The light stopped moving for a few seconds, then changed its course to intercept him. Mael wished that he had dared to come into the Adept-Worlds with his proper garments, and not just with his staff alone. He would have felt safer wearing the enveloping robe that blurred all question of rank or person outside the Circle, and the mask that narrowed the outside vision and made the threads of the universe easier to see and grasp. He could see them now, the eiran -- the silver cords of life and luck -- tangled and leading off distractingly in all directions.
And tarnished, some of them, which is a thing that should not be.
Which is a thing that the First must know.
The light drew closer. Mael saw now that it was coming from a man, a cloaked and hooded man -- but not from any light or lantern. Instead, the entire figure was glowing, and the tarnished cords seemed to draw closer to the apparition and knot themselves around it. The man halted at the edge of the trail, barely an arm's length away, his face a shadow underneath the hood.
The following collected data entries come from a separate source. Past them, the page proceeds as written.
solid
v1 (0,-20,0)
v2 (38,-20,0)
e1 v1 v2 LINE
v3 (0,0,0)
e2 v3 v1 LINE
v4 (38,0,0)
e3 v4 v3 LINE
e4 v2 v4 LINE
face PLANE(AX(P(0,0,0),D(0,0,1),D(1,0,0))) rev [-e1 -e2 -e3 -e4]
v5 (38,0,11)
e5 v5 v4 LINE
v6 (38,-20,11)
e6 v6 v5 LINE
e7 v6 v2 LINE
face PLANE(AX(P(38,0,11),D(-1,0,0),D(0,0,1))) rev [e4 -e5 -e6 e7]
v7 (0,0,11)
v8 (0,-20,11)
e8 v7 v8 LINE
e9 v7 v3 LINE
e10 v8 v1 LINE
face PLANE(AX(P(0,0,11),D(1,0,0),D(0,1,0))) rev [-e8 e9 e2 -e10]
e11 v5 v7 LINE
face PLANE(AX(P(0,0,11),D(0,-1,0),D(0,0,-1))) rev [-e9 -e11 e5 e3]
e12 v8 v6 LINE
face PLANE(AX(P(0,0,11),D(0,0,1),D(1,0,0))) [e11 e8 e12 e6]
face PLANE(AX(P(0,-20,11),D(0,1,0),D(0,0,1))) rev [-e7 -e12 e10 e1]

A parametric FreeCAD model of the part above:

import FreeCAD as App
import Part
import Sketcher
from FreeCAD import Vector

doc = App.newDocument("Part")
params = doc.addObject("Spreadsheet::Sheet", "Params")
for row, (alias, value) in enumerate([
    ("sketch1_width", "38 mm"),
    ("sketch1_height", "20 mm"),
    ("pad1_length", "11 mm"),
], start=1):
    params.set(f"A{row}", alias)
    params.set(f"B{row}", "=" + value)
    params.setAlias(f"B{row}", alias)

body = doc.addObject("PartDesign::Body", "Body")

sketch1 = body.newObject("Sketcher::SketchObject", "Sketch")
sketch1.AttachmentSupport = (doc.getObject("XY_Plane"), [""])
sketch1.MapMode = "FlatFace"
sketch1.addGeometry([
    Part.LineSegment(Vector(0, 0, 0), Vector(0, -20, 0)),
    Part.LineSegment(Vector(0, -20, 0), Vector(38, -20, 0)),
    Part.LineSegment(Vector(38, -20, 0), Vector(38, 0, 0)),
    Part.LineSegment(Vector(38, 0, 0), Vector(0, 0, 0)),
], False)
sketch1.addConstraint([
    Sketcher.Constraint("Coincident", 0, 2, 1, 1),
    Sketcher.Constraint("Coincident", 1, 2, 2, 1),
    Sketcher.Constraint("Coincident", 2, 2, 3, 1),
    Sketcher.Constraint("Coincident", 3, 2, 0, 1),
    Sketcher.Constraint("Vertical", 0),
    Sketcher.Constraint("Horizontal", 1),
    Sketcher.Constraint("Vertical", 2),
    Sketcher.Constraint("Horizontal", 3),
    Sketcher.Constraint("Coincident", 3, 2, -1, 1),
    Sketcher.Constraint("DistanceX", 1, 1, 1, 2, 38.0),
    Sketcher.Constraint("DistanceY", 0, 2, 0, 1, 20.0),
])
sketch1.setExpression("Constraints[9]", "Params.sketch1_width")
sketch1.setExpression("Constraints[10]", "Params.sketch1_height")
pad1 = body.newObject("PartDesign::Pad", "Pad")
pad1.Profile = sketch1
pad1.setExpression("Length", "Params.pad1_length")

doc.recompute()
Only his eyes glittered in the pale green light.
The man spoke, in the language of Erassi. "What you seek to do, I will prevent."
He raised his hands and cast back his hood, and Mael saw that the face within was nothing but an empty skull. Rotting shreds of flesh and patches of matted hair stretched across the bony cranium, and the hands were skeletal and thin. But the eye sockets burned with their own lurid light.
Mael brought his staff to the guard before him. "Homeless one," he said. "Night-walker. Go away from here and trouble me no longer."
The ghost-man laughed and brought up his right hand to strike at Mael's face. Mael swept his staff up and inward, blocking the attack. The polished ironwood of the staff passed through the man's arm as if through fog, and the blow kept on coming.
At that moment, a scream sounded from the woods behind Mael. He half-turned, distracted from the specter by the urgency of the cry -- and saw, by the flickering light of his staff, a tall, fur-covered beast rearing up, its gaping mouth lined with fangs, and in front of the beast a young, fair-haired man with one hand buried deep in the creature's belly.
Man and beast stood together for an instant like a tableau. Then the youth pulled back his hand, all black with blood in the pale green witchlight, and Mael saw that he had a heavy- bladed knife a double hand-breadth long gripped in his fist.
The furry creature, man-tall, crumpled to the ground. "Rufstaffa," the young man said, wiping his blade on the animal's fur before sheathing it. "They aren't particularly dangerous, but only way to kill one is to go in through the diaphragm up to the heart, and the only time you can get there is when it's attacking."
He stuck out his blood-covered hand to Mael.
"I'm Jens, by the way," he said. "Aunt Llann asked me to come see if you'd gotten lost."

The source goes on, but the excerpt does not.